What this design buys you
- Zero LLM round-trip cost for rule-based threats —
SEC-01 PromptInjection,SEC-23 PiiLeakage, etc. fire in microseconds. If they quarantine, the LLM call is skipped entirely. - Bidirectional coverage — many threats hide in responses (credential leaks, PII the model dredged up from training data, hallucinated fake citations). Pass 2 catches them.
- Per-call audit trail — both passes write audit entries. Investigation tools see the full request/response timeline.
- Composable —
SentinelChatClientis just anIChatClientdecorator. Stack it with rate-limiters, retries, caching, etc., in any order.
Performance budget
| Component | Typical cost per call |
|---|---|
| Rule-based detectors (~25 of 55) | <100 µs total, parallel |
| Semantic detectors (~30 of 55) | 1 ms per detector if embeddings cached, 50–500 ms uncached |
| LLM-escalation detectors (rare hits only) | full LLM round-trip — ~200–2000 ms |
| Intervention engine | <10 µs |
Audit append (RingBufferAuditStore) | <5 µs |
Audit append (SqliteAuditStore) | ~100–500 µs |
| Audit forwarder fan-out | async, off-path |
The hot path with embeddings cached is sub-millisecond. With no embedding generator configured (rule-based only), the overhead is below 200 µs per pass.

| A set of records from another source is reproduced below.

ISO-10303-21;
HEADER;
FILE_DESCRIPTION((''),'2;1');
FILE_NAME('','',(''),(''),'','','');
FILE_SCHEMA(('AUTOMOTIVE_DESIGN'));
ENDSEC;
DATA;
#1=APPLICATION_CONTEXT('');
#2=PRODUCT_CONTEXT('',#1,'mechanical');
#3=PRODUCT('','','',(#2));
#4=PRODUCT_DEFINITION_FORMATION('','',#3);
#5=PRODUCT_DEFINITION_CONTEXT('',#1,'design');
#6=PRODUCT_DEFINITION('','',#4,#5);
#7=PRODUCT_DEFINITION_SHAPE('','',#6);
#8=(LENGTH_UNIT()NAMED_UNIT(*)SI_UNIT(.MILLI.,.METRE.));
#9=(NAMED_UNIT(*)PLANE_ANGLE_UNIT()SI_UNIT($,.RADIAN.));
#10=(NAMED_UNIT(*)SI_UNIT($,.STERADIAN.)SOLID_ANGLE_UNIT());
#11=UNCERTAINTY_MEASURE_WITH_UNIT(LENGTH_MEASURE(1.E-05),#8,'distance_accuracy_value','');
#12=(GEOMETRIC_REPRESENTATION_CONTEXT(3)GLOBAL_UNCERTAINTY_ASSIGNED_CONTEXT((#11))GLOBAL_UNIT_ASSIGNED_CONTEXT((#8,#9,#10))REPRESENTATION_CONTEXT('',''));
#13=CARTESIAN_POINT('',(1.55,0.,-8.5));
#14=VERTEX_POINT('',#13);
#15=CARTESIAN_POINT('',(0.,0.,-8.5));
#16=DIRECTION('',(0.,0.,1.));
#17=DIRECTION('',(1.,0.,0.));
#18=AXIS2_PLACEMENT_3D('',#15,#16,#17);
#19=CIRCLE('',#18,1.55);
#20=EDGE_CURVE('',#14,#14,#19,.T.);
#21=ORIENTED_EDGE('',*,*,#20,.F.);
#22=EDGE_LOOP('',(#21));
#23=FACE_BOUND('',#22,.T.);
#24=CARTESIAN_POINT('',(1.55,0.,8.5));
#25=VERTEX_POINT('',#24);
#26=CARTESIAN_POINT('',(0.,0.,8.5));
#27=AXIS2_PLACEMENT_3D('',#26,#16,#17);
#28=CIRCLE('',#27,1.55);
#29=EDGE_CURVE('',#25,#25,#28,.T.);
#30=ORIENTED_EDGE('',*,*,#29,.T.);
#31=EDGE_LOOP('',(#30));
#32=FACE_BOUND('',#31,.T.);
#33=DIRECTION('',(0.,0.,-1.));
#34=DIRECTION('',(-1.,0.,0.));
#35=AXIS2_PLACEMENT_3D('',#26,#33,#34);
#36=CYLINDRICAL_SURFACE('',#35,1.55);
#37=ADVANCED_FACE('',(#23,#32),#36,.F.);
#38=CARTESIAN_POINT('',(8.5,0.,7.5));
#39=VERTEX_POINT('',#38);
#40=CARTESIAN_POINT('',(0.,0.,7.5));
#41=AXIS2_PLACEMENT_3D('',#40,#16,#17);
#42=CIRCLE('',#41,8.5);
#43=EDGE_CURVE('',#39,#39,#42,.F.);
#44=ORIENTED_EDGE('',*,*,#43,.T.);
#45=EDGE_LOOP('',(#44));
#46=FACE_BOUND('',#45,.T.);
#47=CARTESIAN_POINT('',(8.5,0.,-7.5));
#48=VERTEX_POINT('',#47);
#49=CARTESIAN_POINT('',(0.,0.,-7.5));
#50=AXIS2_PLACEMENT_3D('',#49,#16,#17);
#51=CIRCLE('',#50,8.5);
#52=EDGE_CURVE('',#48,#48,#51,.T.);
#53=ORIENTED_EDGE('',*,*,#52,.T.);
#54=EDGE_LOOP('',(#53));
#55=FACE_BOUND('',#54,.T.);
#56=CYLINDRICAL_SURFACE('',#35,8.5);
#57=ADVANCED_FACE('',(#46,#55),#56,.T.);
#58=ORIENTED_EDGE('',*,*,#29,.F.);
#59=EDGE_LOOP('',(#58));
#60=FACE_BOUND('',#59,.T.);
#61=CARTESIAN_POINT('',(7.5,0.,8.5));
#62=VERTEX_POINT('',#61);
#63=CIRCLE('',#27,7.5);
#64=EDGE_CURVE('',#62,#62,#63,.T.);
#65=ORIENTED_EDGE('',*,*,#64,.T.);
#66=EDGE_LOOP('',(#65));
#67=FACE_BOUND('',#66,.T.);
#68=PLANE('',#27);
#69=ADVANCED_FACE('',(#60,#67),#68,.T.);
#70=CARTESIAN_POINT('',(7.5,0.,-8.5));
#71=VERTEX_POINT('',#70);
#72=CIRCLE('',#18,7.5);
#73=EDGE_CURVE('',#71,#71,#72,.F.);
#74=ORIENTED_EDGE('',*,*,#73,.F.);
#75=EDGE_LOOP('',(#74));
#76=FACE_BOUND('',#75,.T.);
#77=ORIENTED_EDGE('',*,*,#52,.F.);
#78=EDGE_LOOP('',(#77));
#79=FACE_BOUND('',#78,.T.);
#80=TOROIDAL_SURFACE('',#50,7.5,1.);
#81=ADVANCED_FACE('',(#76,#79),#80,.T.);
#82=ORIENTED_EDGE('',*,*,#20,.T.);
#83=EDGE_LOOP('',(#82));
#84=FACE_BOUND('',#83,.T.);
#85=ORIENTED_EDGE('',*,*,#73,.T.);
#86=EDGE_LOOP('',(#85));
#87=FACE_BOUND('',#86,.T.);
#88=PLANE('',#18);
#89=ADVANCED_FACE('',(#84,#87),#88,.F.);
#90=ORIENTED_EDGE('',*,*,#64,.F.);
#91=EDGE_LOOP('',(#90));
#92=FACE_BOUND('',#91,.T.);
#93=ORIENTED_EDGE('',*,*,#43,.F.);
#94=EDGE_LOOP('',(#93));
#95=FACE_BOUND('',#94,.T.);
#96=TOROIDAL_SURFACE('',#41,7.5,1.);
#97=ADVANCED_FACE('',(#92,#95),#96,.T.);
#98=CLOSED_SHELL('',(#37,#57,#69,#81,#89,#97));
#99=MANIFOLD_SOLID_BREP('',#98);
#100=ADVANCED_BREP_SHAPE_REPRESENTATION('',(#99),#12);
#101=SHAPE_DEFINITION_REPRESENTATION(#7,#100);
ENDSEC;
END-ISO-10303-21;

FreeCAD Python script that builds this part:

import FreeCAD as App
import Part
import Sketcher

V = App.Vector
Q = App.Units.Quantity


def edges_at(feature, points):
    """Names of the edges that pass closest to the given points."""
    edges = feature.Shape.Edges
    near = lambda p: min(range(len(edges)), key=lambda i: edges[i].distToShape(Part.Vertex(*p))[0])
    return sorted({f"Edge{near(p) + 1}" for p in points})

doc = App.newDocument("Part")
body = doc.addObject("PartDesign::Body", "Body")

sketch1 = doc.addObject("Sketcher::SketchObject", "Sketch")
body.addObject(sketch1)
sketch1.AttachmentSupport = (doc.XY_Plane, [""])
sketch1.MapMode = "FlatFace"
sketch1.addGeometry([
    Part.Circle(V(0, 0, 0), V(0, 0, 1), 8.5),
    Part.Circle(V(0, 0, 0), V(0, 0, 1), 1.6),
], False)
sketch1.addConstraint([
    Sketcher.Constraint("Coincident", 0, 3, -1, 1),
    Sketcher.Constraint("Coincident", 1, 3, -1, 1),
    Sketcher.Constraint("Diameter", 0, Q("17 mm")),
    Sketcher.Constraint("Diameter", 1, Q("3.1 mm")),
])
pad1 = doc.addObject("PartDesign::Pad", "Pad")
body.addObject(pad1)
pad1.Profile = sketch1
pad1.Length = 17
pad1.Midplane = True
doc.recompute()

fillet = doc.addObject("PartDesign::Fillet", "Fillet")
body.addObject(fillet)
fillet.Base = (pad1, edges_at(pad1, [(-8.5, 0, -8.5), (-8.5, 0, 8.5)]))
fillet.Radius = 1

doc.recompute()
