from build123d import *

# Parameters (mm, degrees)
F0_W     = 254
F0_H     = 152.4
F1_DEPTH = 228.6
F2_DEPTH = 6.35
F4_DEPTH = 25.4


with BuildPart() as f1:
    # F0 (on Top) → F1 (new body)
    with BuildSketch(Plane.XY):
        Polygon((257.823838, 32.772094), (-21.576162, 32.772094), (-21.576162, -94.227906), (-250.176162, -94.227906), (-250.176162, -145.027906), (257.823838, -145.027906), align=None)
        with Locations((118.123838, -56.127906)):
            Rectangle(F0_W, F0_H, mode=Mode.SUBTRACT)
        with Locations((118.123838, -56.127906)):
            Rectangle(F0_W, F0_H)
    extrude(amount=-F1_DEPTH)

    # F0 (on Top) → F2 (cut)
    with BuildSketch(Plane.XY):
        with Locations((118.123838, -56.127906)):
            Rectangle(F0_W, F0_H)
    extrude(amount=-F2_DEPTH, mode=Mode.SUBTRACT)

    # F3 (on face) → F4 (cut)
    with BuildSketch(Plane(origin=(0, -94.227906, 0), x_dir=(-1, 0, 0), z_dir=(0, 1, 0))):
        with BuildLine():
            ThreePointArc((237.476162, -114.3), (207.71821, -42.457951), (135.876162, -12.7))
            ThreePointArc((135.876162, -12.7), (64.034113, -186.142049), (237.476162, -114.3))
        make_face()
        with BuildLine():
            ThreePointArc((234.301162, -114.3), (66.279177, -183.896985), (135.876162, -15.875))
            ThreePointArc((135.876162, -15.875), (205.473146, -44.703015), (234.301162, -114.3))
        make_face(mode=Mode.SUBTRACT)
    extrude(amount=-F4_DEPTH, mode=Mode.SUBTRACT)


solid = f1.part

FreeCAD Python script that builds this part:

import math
import FreeCAD as App
import Part
import Sketcher
from FreeCAD import Vector
Q = App.Units.Quantity


def add_polygon(sketch, points):
    """Adds a closed chain of lines whose ends are joined by coincident constraints."""
    first, n = sketch.GeometryCount, len(points)
    for a, b in zip(points, points[1:] + points[:1]):
        sketch.addGeometry(Part.LineSegment(App.Vector(*a, 0), App.Vector(*b, 0)), False)
    for i in range(n):
        sketch.addConstraint(Sketcher.Constraint("Coincident", first + i, 2, first + (i + 1) % n, 1))

doc = App.newDocument("Part")
body = doc.addObject("PartDesign::Body", "Body")

sketch1 = doc.addObject("Sketcher::SketchObject", "Sketch")
body.addObject(sketch1)
sketch1.AttachmentSupport = (doc.XY_Plane, [""])
sketch1.MapMode = "FlatFace"
add_polygon(sketch1, [(258, 33), (-22, 33), (-22, -94), (-250, -94), (-250, -145), (258, -145)])
sketch1.addConstraint(Sketcher.Constraint("Horizontal", 0))
sketch1.addConstraint(Sketcher.Constraint("Vertical", 1))
sketch1.addConstraint(Sketcher.Constraint("Horizontal", 2))
sketch1.addConstraint(Sketcher.Constraint("Vertical", 3))
sketch1.addConstraint(Sketcher.Constraint("Horizontal", 4))
sketch1.addConstraint(Sketcher.Constraint("Vertical", 5))
sketch1.addConstraint(Sketcher.Constraint("DistanceX", 0, 2, 0, 1, Q("11 in")))
sketch1.addConstraint(Sketcher.Constraint("DistanceX", 2, 2, 2, 1, Q("9 in")))
sketch1.addConstraint(Sketcher.Constraint("DistanceY", 1, 2, 1, 1, Q("5 in")))
sketch1.addConstraint(Sketcher.Constraint("DistanceY", 3, 2, 3, 1, Q("2 in")))
sketch1.addConstraint(Sketcher.Constraint("DistanceX", 0, 2, -1, 1, 21.576162))
sketch1.addConstraint(Sketcher.Constraint("DistanceY", -1, 1, 0, 2, 32.772094))
pad1 = doc.addObject("PartDesign::Pad", "Pad")
body.addObject(pad1)
pad1.Profile = sketch1
pad1.Length = Q("9 in")
pad1.Reversed = True

sketch2 = doc.addObject("Sketcher::SketchObject", "Sketch001")
body.addObject(sketch2)
sketch2.AttachmentSupport = (doc.XY_Plane, [""])
sketch2.MapMode = "FlatFace"
add_polygon(sketch2, [(-9, 20), (-9, -132), (245, -132), (245, 20)])
sketch2.addConstraint(Sketcher.Constraint("Vertical", 0))
sketch2.addConstraint(Sketcher.Constraint("Horizontal", 1))
sketch2.addConstraint(Sketcher.Constraint("Vertical", 2))
sketch2.addConstraint(Sketcher.Constraint("Horizontal", 3))
sketch2.addConstraint(Sketcher.Constraint("DistanceX", 1, 1, 1, 2, Q("10 in")))
sketch2.addConstraint(Sketcher.Constraint("DistanceY", 0, 2, 0, 1, Q("6 in")))
sketch2.addConstraint(Sketcher.Constraint("DistanceX", -1, 1, 1, 2, 245.123838))
sketch2.addConstraint(Sketcher.Constraint("DistanceY", 0, 2, -1, 1, 132.327906))
pocket1 = doc.addObject("PartDesign::Pocket", "Pocket")
body.addObject(pocket1)
pocket1.Profile = sketch2
pocket1.Length = Q("0.25 in")

sketch3 = doc.addObject("Sketcher::SketchObject", "Sketch002")
body.addObject(sketch3)
sketch3.AttachmentSupport = (doc.XZ_Plane, [""])
sketch3.MapMode = "FlatFace"
sketch3.AttachmentOffset = App.Placement(Vector(0, 0, 94.227906), App.Rotation())
sketch3.addGeometry(Part.ArcOfCircle(Part.Circle(Vector(-136, -114, 0), Vector(0, 0, 1), 102), math.radians(90), math.radians(180)), False)
sketch3.addGeometry(Part.ArcOfCircle(Part.Circle(Vector(-136, -114, 0), Vector(0, 0, 1), 102), math.radians(180), math.radians(450)), False)
sketch3.addGeometry(Part.ArcOfCircle(Part.Circle(Vector(-136, -114, 0), Vector(0, 0, 1), 98), math.radians(90), math.radians(180)), False)
sketch3.addGeometry(Part.ArcOfCircle(Part.Circle(Vector(-136, -114, 0), Vector(0, 0, 1), 98), math.radians(180), math.radians(450)), False)
sketch3.addConstraint(Sketcher.Constraint("Tangent", 0, 1, 1, 2))
sketch3.addConstraint(Sketcher.Constraint("Coincident", 1, 1, 0, 2))
sketch3.addConstraint(Sketcher.Constraint("Tangent", 2, 1, 3, 2))
sketch3.addConstraint(Sketcher.Constraint("Coincident", 3, 1, 2, 2))
sketch3.addConstraint(Sketcher.Constraint("Coincident", 2, 3, 0, 3))
sketch3.addConstraint(Sketcher.Constraint("Horizontal", 3, 3, 1, 1))
sketch3.addConstraint(Sketcher.Constraint("Horizontal", 1, 1, 3, 1))
sketch3.addConstraint(Sketcher.Constraint("Vertical", 3, 3, 0, 1))
sketch3.addConstraint(Sketcher.Constraint("Vertical", 0, 1, 2, 1))
sketch3.addConstraint(Sketcher.Constraint("Radius", 0, Q("4.0000001 in")))
sketch3.addConstraint(Sketcher.Constraint("Radius", 2, Q("3.8750001 in")))
sketch3.addConstraint(Sketcher.Constraint("DistanceY", 0, 3, -1, 1, Q("4.5000001 in")))
sketch3.addConstraint(Sketcher.Constraint("DistanceX", 0, 3, -1, 1, 135.87616))
pocket2 = doc.addObject("PartDesign::Pocket", "Pocket001")
body.addObject(pocket2)
pocket2.Profile = sketch3
pocket2.Length = Q("1 in")
pocket2.Reversed = True

doc.recompute()
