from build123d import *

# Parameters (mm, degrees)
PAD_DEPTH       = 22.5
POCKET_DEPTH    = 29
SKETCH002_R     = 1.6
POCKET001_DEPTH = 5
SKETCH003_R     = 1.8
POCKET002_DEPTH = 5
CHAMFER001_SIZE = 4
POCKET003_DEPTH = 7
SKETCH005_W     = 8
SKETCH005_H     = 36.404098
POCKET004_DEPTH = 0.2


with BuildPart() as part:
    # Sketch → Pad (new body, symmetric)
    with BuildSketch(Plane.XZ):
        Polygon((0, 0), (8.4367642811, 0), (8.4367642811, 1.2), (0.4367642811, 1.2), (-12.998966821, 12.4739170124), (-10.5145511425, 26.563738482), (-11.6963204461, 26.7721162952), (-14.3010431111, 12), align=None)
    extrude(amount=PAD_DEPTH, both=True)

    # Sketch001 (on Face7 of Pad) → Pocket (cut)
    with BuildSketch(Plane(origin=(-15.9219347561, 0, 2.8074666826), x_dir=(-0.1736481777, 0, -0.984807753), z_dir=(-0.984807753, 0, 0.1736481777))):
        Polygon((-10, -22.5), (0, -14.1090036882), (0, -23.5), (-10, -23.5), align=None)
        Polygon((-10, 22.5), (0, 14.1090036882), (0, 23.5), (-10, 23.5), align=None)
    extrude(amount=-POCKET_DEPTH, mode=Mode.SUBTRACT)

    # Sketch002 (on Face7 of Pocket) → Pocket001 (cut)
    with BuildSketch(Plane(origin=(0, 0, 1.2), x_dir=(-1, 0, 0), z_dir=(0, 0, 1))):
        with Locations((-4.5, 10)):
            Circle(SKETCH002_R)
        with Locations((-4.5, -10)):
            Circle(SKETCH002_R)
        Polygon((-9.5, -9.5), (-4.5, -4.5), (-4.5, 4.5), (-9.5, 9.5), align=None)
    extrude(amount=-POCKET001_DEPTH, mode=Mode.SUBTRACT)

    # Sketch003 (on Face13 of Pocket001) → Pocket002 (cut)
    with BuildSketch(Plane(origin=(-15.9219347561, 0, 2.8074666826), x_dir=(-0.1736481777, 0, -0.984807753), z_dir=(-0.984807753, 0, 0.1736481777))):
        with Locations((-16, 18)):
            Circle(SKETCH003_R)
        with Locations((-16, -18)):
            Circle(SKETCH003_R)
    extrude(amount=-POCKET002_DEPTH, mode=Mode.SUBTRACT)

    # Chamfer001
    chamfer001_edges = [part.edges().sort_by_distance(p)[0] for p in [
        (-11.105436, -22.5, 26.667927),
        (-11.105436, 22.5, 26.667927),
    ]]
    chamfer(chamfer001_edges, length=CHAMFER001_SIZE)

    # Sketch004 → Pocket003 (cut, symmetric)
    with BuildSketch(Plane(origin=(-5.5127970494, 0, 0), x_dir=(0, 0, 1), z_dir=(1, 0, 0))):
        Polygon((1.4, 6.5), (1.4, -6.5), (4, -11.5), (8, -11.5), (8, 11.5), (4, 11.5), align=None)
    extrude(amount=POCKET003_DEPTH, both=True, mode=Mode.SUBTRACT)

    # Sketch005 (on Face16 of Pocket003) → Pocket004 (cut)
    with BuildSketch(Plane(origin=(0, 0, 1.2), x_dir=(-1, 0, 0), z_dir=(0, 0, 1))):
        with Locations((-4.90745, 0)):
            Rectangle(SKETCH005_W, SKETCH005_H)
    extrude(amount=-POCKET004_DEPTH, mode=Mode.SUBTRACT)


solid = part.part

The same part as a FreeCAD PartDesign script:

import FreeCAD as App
import Part
import Sketcher

V = App.Vector
Q = App.Units.Quantity


def edges_at(feature, points):
    """Names of the edges that pass closest to the given points."""
    edges = feature.Shape.Edges
    near = lambda p: min(range(len(edges)), key=lambda i: edges[i].distToShape(Part.Vertex(*p))[0])
    return sorted({f"Edge{near(p) + 1}" for p in points})


def add_polygon(sketch, points):
    """Adds a closed chain of lines whose ends are joined by coincident constraints."""
    first, n = sketch.GeometryCount, len(points)
    for a, b in zip(points, points[1:] + points[:1]):
        sketch.addGeometry(Part.LineSegment(App.Vector(*a, 0), App.Vector(*b, 0)), False)
    for i in range(n):
        sketch.addConstraint(Sketcher.Constraint("Coincident", first + i, 2, first + (i + 1) % n, 1))

doc = App.newDocument("Part")
body = doc.addObject("PartDesign::Body", "Body")

sketch1 = doc.addObject("Sketcher::SketchObject", "Sketch")
body.addObject(sketch1)
sketch1.AttachmentSupport = (doc.XZ_Plane, [""])
sketch1.MapMode = "FlatFace"
add_polygon(sketch1, [(0, 0), (8.4, 0), (8.4, 1.2), (0.4, 1.2), (-13, 12.5), (-10.5, 26.6), (-11.7, 26.8), (-14.3, 12)])
sketch1.addConstraint([
    Sketcher.Constraint("Horizontal", 0),
    Sketcher.Constraint("Vertical", 1),
    Sketcher.Constraint("Horizontal", 2),
    Sketcher.Constraint("Coincident", 7, 2, -1, 1),
    Sketcher.Constraint("Perpendicular", 4, 5),
    Sketcher.Constraint("Perpendicular", 5, 6),
    Sketcher.Constraint("Parallel", 3, 7),
    Sketcher.Constraint("DistanceX", 2, 2, 2, 1, 8.0),
    Sketcher.Constraint("Angle", 3, Q("140 deg")),
    Sketcher.Constraint("Angle", 4, Q("80 deg")),
    Sketcher.Constraint("Distance", 6, 15.0),
    Sketcher.Constraint("DistanceY", 1, 1, 1, 2, 1.2),
    Sketcher.Constraint("DistanceY", -1, 1, 6, 2, 12.0),
    Sketcher.Constraint("Distance", 5, 1.2),
    Sketcher.Constraint("Distance", 3, 17.539101),
])
pad1 = doc.addObject("PartDesign::Pad", "Pad")
body.addObject(pad1)
pad1.Profile = sketch1
pad1.Length = 45
pad1.Midplane = True

sketch2 = doc.addObject("Sketcher::SketchObject", "Sketch001")
body.addObject(sketch2)
sketch2.Placement = App.Placement(V(-15.921935, 0, 2.807467), App.Rotation(V(-0.173648178, 0, -0.984807753), V(0, -1, 0), V(-0.984807753, 0, 0.173648178), "ZXY"))
add_polygon(sketch2, [(0, -14.1), (-10, -22.5), (-10, -23.5), (0, -23.5)])
add_polygon(sketch2, [(-10, 22.5), (0, 14.1), (0, 23.5), (-10, 23.5)])
sketch2.addConstraint([
    Sketcher.Constraint("Vertical", 1),
    Sketcher.Constraint("Horizontal", 2),
    Sketcher.Constraint("Vertical", 3),
    Sketcher.Constraint("Vertical", 5),
    Sketcher.Constraint("Horizontal", 6),
    Sketcher.Constraint("Vertical", 7),
    Sketcher.Constraint("Symmetric", 3, 2, 4, 2, -1, 1),
    Sketcher.Constraint("Symmetric", 2, 2, 5, 2, -1),
    Sketcher.Constraint("Symmetric", 0, 2, 7, 2, -1),
    Sketcher.Constraint("DistanceX", 2, 1, 2, 2, 10.0),
    Sketcher.Constraint("DistanceY", 1, 2, 1, 1, 1.0),
    Sketcher.Constraint("Angle", 0, Q("-140 deg")),
    Sketcher.Constraint("DistanceY", 2, 2, 5, 2, 47.0),
])
pocket1 = doc.addObject("PartDesign::Pocket", "Pocket")
body.addObject(pocket1)
pocket1.Profile = sketch2
pocket1.Length = 29

sketch3 = doc.addObject("Sketcher::SketchObject", "Sketch002")
body.addObject(sketch3)
sketch3.AttachmentSupport = (doc.XY_Plane, [""])
sketch3.MapMode = "FlatFace"
sketch3.AttachmentOffset = App.Placement(V(0, 0, 1.2), App.Rotation())
sketch3.addGeometry(Part.Circle(V(4.5, -10, 0), V(0, 0, 1), 1.6), False)
sketch3.addGeometry(Part.Circle(V(4.5, 10, 0), V(0, 0, 1), 1.6), False)
add_polygon(sketch3, [(9.5, 9.5), (4.5, 4.5), (4.5, -4.5), (9.5, -9.5)])
sketch3.addConstraint([
    Sketcher.Constraint("Vertical", 3),
    Sketcher.Constraint("Vertical", 5),
    Sketcher.Constraint("Equal", 0, 1),
    Sketcher.Constraint("Symmetric", 0, 3, 1, 3, -1),
    Sketcher.Constraint("Perpendicular", 2, 4),
    Sketcher.Constraint("Vertical", 1, 3, 2, 2),
    Sketcher.Constraint("Equal", 2, 4),
    Sketcher.Constraint("Diameter", 0, 3.2),
    Sketcher.Constraint("DistanceY", 3, 2, 3, 1, 9.0),
    Sketcher.Constraint("DistanceY", 5, 1, 5, 2, 19.0),
    Sketcher.Constraint("DistanceY", 0, 3, -1, 1, 10.0),
    Sketcher.Constraint("DistanceX", -1, 1, 0, 3, 4.5),
    Sketcher.Constraint("DistanceY", -1, 1, 2, 2, 4.5),
])
pocket2 = doc.addObject("PartDesign::Pocket", "Pocket001")
body.addObject(pocket2)
pocket2.Profile = sketch3
pocket2.Length = 5

sketch4 = doc.addObject("Sketcher::SketchObject", "Sketch003")
body.addObject(sketch4)
sketch4.Placement = App.Placement(V(-15.921935, 0, 2.807467), App.Rotation(V(-0.173648178, 0, -0.984807753), V(0, -1, 0), V(-0.984807753, 0, 0.173648178), "ZXY"))
sketch4.addGeometry([
    Part.Circle(V(-16, 18, 0), V(0, 0, 1), 1.8),
    Part.Circle(V(-16, -18, 0), V(0, 0, 1), 1.8),
], False)
sketch4.addConstraint([
    Sketcher.Constraint("Equal", 0, 1),
    Sketcher.Constraint("Symmetric", 0, 3, 1, 3, -1),
    Sketcher.Constraint("Diameter", 0, 3.6),
    Sketcher.Constraint("DistanceX", 0, 3, -1, 1, 16.0),
    Sketcher.Constraint("DistanceY", -1, 1, 0, 3, 18.0),
])
pocket3 = doc.addObject("PartDesign::Pocket", "Pocket002")
body.addObject(pocket3)
pocket3.Profile = sketch4
pocket3.Length = 5
doc.recompute()

chamfer = doc.addObject("PartDesign::Chamfer", "Chamfer")
body.addObject(chamfer)
chamfer.Base = (pocket3, edges_at(pocket3, [(-11.105, -22.5, 26.668), (-11.105, 22.5, 26.668)]))
chamfer.Size = 4

sketch5 = doc.addObject("Sketcher::SketchObject", "Sketch004")
body.addObject(sketch5)
sketch5.AttachmentSupport = (doc.YZ_Plane, [""])
sketch5.MapMode = "FlatFace"
sketch5.AttachmentOffset = App.Placement(V(0, 0, -5.512797), App.Rotation())
add_polygon(sketch5, [(-6.5, 1.4), (6.5, 1.4), (11.5, 4), (11.5, 8), (-11.5, 8), (-11.5, 4)])
sketch5.addConstraint([
    Sketcher.Constraint("Horizontal", 0),
    Sketcher.Constraint("Vertical", 2),
    Sketcher.Constraint("Horizontal", 3),
    Sketcher.Constraint("Vertical", 4),
    Sketcher.Constraint("Symmetric", 1, 2, 4, 2, -2),
    Sketcher.Constraint("Equal", 1, 5),
    Sketcher.Constraint("DistanceX", 0, 1, 0, 2, 13.0),
    Sketcher.Constraint("DistanceX", 3, 2, 3, 1, 23.0),
    Sketcher.Constraint("DistanceY", 2, 1, 2, 2, 4.0),
    Sketcher.Constraint("DistanceY", -1, 1, 1, 2, 4.0),
    Sketcher.Constraint("DistanceY", -1, 1, 0, 2, 1.4),
])
pocket4 = doc.addObject("PartDesign::Pocket", "Pocket003")
body.addObject(pocket4)
pocket4.Profile = sketch5
pocket4.Length = 14
pocket4.Midplane = True

sketch6 = doc.addObject("Sketcher::SketchObject", "Sketch005")
body.addObject(sketch6)
sketch6.AttachmentSupport = (doc.XY_Plane, [""])
sketch6.MapMode = "FlatFace"
sketch6.AttachmentOffset = App.Placement(V(0, 0, 1.2), App.Rotation())
add_polygon(sketch6, [(9, -18), (9, 18), (1, 18), (1, -18)])
sketch6.addConstraint([
    Sketcher.Constraint("Vertical", 0),
    Sketcher.Constraint("Horizontal", 1),
    Sketcher.Constraint("Vertical", 2),
    Sketcher.Constraint("Horizontal", 3),
    Sketcher.Constraint("DistanceX", 1, 2, 1, 1, 8.0),
    Sketcher.Constraint("DistanceY", 0, 1, 0, 2, 36.404098),
    Sketcher.Constraint("DistanceX", -1, 1, 0, 2, 8.90745),
    Sketcher.Constraint("DistanceY", -1, 1, 0, 2, 18.202049),
])
pocket5 = doc.addObject("PartDesign::Pocket", "Pocket004")
body.addObject(pocket5)
pocket5.Profile = sketch6
pocket5.Length = 0.2

doc.recompute()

See Detection pipeline for the parallel-fan-out internals and the Configure<T> clamp pass that runs between detection and escalation.
Streaming
GetStreamingResponseAsync follows the same two-pass shape:
- Pass 1 runs on the request before any tokens flow.
- The inner streaming call begins.
- Pass 2 runs once on the fully-assembled response after the stream completes.
There's no per-token scanning — that would require state-tracking detectors and the round-trip cost would dominate. Per-token detection is on the backlog if a real use case surfaces.